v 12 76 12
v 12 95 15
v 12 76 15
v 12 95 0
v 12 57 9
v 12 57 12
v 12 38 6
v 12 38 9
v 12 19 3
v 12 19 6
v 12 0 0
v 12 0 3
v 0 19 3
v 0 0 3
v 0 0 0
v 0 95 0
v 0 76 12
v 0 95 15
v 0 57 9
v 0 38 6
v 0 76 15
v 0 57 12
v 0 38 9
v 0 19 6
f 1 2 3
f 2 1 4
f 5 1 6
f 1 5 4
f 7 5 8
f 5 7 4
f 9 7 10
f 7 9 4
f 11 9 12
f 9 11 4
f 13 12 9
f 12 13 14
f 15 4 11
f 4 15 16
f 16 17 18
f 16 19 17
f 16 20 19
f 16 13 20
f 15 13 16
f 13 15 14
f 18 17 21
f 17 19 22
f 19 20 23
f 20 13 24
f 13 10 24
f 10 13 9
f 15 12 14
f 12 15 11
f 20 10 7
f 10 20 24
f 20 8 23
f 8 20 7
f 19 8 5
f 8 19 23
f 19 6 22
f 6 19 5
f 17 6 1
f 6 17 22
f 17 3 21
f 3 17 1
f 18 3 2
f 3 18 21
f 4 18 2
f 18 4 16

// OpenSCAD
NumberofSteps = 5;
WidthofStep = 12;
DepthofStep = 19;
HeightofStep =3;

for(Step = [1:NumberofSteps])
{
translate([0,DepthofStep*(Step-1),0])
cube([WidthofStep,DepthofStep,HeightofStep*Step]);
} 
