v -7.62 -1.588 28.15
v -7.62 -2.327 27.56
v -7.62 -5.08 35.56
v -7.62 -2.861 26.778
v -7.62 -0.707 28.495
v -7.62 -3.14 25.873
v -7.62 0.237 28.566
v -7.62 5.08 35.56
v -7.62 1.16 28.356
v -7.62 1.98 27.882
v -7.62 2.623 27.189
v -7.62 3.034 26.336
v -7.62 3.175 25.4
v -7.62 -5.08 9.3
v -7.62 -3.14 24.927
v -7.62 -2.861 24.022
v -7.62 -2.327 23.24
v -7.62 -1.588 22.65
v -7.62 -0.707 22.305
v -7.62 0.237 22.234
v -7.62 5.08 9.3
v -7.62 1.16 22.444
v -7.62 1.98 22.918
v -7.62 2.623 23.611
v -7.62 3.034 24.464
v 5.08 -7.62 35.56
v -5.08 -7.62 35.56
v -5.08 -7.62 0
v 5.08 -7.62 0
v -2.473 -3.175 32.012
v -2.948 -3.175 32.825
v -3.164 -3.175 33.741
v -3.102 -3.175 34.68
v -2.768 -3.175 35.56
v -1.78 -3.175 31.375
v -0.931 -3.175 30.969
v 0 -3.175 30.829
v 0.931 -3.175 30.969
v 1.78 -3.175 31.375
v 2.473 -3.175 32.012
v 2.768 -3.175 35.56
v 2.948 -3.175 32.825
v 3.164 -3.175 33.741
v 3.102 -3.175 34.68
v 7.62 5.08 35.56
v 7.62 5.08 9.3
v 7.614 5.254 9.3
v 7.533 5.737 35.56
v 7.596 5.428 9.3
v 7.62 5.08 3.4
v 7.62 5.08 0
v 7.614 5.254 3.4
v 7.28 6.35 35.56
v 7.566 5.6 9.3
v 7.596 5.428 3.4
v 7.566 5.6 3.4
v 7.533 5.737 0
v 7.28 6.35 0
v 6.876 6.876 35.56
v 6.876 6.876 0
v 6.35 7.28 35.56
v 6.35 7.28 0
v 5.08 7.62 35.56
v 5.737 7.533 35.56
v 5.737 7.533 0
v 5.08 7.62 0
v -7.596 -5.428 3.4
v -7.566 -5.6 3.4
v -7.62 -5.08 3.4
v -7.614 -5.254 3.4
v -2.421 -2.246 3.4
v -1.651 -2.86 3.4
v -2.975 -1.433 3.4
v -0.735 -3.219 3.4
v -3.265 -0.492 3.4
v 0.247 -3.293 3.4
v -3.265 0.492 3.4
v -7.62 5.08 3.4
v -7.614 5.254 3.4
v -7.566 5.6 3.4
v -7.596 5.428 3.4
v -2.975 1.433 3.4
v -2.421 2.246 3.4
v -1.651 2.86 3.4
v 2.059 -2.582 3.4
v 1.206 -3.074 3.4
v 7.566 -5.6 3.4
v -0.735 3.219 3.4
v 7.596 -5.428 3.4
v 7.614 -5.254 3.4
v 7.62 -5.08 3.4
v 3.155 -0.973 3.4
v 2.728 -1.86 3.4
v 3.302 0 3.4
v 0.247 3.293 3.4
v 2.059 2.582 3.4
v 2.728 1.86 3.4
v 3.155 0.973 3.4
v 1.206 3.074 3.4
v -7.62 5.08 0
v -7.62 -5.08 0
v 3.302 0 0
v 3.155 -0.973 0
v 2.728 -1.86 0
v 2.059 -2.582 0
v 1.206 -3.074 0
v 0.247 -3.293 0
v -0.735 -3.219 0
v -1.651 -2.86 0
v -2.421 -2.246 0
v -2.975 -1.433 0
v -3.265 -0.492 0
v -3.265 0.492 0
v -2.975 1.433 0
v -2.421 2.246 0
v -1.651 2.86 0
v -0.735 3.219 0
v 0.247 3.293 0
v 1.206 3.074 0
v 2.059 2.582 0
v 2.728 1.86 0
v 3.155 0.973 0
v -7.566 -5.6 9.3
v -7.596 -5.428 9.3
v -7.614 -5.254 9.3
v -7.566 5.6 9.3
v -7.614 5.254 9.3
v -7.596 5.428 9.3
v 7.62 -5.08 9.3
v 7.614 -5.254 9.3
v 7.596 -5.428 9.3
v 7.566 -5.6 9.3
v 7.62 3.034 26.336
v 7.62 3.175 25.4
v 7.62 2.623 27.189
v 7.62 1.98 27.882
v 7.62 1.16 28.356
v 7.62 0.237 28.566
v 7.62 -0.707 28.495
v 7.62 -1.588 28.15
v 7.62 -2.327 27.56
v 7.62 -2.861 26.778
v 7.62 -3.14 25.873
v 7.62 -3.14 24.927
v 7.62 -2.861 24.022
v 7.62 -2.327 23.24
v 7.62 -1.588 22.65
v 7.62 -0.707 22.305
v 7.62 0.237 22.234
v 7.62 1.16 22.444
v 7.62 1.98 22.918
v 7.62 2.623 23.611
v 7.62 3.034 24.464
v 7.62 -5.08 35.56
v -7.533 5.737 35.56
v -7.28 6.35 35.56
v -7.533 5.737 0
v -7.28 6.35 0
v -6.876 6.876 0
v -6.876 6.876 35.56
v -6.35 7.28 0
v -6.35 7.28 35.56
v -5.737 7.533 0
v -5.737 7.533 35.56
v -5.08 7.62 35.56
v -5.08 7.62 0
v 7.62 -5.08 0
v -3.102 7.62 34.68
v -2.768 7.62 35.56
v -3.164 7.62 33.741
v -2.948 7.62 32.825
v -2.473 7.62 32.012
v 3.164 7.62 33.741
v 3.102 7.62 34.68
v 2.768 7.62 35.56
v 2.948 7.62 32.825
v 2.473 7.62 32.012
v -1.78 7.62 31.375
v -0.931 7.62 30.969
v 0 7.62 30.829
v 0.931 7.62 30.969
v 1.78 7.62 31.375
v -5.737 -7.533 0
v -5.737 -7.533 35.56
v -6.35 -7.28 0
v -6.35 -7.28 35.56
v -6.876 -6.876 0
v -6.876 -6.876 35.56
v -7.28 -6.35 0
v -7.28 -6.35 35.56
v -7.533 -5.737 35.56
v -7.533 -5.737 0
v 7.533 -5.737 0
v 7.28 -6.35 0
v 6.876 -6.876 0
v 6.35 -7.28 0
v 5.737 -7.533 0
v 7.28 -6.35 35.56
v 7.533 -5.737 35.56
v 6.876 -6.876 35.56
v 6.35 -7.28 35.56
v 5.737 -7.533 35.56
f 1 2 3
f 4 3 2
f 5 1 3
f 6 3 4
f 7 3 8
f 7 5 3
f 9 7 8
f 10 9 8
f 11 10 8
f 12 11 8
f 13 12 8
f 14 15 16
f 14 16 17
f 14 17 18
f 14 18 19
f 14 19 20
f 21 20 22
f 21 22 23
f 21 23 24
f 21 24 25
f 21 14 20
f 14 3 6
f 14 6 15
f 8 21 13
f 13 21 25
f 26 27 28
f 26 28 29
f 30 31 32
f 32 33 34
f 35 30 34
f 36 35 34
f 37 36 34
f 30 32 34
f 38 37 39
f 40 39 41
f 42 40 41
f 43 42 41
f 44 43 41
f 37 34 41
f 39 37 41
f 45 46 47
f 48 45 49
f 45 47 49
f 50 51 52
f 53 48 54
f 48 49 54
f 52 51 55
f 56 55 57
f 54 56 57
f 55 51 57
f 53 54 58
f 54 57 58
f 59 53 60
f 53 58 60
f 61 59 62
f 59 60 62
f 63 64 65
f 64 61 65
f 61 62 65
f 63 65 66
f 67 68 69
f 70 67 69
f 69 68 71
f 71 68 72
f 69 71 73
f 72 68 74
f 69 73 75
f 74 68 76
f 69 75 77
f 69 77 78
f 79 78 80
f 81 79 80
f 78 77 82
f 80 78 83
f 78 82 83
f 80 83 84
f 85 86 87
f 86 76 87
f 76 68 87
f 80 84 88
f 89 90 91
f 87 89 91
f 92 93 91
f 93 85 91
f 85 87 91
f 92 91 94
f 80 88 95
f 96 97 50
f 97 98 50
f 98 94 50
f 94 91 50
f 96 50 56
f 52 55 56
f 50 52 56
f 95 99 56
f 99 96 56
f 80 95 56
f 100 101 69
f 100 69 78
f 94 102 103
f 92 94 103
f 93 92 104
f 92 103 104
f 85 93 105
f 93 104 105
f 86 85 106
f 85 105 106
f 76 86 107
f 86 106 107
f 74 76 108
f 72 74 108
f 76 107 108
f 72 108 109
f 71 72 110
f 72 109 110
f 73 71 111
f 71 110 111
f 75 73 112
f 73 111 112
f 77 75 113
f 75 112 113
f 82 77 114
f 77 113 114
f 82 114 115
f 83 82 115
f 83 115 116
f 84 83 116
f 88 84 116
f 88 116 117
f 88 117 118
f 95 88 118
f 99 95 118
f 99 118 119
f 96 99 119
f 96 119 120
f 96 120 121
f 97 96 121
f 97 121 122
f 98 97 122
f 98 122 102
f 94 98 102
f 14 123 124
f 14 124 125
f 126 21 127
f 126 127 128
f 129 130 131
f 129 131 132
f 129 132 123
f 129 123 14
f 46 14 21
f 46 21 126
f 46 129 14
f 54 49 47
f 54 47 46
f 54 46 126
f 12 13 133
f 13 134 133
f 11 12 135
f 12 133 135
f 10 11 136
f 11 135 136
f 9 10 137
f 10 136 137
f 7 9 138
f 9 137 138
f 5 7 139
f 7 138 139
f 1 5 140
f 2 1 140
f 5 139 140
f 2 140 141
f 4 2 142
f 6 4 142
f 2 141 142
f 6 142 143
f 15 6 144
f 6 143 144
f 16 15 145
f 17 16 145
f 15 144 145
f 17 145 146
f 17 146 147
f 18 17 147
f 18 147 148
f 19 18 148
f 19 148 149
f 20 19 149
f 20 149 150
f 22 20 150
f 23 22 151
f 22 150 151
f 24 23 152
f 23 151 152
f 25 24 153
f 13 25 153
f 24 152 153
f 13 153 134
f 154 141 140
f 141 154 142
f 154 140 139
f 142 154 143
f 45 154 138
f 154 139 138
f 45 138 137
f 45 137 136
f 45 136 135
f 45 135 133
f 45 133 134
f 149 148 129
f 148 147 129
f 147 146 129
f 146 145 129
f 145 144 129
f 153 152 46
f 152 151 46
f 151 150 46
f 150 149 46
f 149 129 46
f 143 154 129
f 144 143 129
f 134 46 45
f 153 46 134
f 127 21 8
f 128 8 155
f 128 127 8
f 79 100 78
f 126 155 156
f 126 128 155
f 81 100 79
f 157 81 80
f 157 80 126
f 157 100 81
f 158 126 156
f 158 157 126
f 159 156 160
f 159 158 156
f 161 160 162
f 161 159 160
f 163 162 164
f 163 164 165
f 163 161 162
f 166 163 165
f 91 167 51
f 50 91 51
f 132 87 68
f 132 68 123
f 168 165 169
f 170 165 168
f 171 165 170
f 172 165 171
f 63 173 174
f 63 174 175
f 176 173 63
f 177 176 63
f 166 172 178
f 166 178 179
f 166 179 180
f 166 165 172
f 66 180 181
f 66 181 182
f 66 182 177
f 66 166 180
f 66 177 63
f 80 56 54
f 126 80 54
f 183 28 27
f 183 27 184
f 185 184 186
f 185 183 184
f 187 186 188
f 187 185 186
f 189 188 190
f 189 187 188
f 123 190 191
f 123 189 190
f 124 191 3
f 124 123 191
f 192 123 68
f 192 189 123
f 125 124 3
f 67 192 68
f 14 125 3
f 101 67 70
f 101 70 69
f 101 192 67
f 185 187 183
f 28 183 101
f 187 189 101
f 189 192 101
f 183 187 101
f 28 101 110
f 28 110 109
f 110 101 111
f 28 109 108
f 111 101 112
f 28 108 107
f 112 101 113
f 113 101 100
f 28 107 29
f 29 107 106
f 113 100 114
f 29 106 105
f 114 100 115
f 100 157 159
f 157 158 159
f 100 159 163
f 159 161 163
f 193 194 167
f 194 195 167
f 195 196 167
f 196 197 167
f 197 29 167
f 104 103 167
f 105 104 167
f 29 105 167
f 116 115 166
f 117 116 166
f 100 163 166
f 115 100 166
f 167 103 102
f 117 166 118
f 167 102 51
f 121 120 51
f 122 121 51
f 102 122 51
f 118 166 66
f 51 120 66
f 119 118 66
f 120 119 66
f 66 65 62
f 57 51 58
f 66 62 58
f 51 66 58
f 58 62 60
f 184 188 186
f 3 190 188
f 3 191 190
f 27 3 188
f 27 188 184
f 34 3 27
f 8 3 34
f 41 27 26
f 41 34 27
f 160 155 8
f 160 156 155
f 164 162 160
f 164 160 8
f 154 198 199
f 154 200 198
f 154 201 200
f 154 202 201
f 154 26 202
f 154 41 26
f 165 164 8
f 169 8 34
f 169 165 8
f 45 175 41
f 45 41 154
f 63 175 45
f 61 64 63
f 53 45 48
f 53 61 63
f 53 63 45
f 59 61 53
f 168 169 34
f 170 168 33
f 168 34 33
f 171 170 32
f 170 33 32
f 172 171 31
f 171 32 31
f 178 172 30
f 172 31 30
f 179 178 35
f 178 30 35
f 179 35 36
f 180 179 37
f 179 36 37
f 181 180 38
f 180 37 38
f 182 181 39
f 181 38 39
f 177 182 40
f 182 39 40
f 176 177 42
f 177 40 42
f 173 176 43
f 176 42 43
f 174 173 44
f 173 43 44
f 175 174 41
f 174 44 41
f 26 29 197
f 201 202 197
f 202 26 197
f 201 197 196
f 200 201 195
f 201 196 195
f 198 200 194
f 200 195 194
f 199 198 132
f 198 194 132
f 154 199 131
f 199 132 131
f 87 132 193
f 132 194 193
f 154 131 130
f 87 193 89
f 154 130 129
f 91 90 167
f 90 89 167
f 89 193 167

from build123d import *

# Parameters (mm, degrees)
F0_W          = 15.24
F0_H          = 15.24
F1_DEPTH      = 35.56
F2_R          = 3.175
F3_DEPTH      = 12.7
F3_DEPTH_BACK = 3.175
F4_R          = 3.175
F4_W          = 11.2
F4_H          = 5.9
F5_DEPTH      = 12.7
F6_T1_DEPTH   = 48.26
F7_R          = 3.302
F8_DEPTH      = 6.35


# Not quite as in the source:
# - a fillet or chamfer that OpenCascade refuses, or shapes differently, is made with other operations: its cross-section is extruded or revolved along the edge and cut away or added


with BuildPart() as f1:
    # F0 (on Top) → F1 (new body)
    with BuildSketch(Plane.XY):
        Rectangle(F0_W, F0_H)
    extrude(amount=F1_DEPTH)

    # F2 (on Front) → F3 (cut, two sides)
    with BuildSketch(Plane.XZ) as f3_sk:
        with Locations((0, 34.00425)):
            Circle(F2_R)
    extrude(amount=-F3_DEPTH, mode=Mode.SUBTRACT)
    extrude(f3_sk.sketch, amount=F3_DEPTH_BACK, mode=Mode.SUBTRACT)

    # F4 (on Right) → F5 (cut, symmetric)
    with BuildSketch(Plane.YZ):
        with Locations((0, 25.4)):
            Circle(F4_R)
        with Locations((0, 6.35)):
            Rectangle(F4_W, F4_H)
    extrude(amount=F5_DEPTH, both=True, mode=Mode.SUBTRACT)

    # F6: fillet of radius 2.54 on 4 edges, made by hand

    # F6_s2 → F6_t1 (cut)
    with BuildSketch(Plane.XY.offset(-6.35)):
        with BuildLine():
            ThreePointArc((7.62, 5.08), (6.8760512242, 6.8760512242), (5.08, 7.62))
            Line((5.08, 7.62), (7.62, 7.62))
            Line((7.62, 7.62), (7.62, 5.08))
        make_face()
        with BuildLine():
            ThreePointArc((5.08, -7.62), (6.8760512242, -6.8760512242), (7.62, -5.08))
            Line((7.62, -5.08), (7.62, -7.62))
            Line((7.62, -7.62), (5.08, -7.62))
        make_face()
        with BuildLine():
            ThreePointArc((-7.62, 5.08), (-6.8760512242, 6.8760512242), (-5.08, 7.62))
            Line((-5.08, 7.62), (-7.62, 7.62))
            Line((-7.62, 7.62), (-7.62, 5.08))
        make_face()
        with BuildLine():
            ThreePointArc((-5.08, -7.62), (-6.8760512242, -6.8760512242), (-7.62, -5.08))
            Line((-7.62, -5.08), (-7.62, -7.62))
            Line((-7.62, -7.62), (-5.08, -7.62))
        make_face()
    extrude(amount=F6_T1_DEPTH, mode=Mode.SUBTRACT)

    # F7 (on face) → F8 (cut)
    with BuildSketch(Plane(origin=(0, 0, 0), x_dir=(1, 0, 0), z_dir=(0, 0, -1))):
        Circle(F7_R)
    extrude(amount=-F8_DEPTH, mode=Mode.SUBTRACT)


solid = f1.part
^^^^^^^^
### Task instructions
Given the records above, return exactly the lines starting at the line containing "v 7.614 -5.254 3.4" and ending at the line containing "v -2.975 -1.433 0", including both.

### Response
v 7.614 -5.254 3.4
v 7.62 -5.08 3.4
v 3.155 -0.973 3.4
v 2.728 -1.86 3.4
v 3.302 0 3.4
v 0.247 3.293 3.4
v 2.059 2.582 3.4
v 2.728 1.86 3.4
v 3.155 0.973 3.4
v 1.206 3.074 3.4
v -7.62 5.08 0
v -7.62 -5.08 0
v 3.302 0 0
v 3.155 -0.973 0
v 2.728 -1.86 0
v 2.059 -2.582 0
v 1.206 -3.074 0
v 0.247 -3.293 0
v -0.735 -3.219 0
v -1.651 -2.86 0
v -2.421 -2.246 0
v -2.975 -1.433 0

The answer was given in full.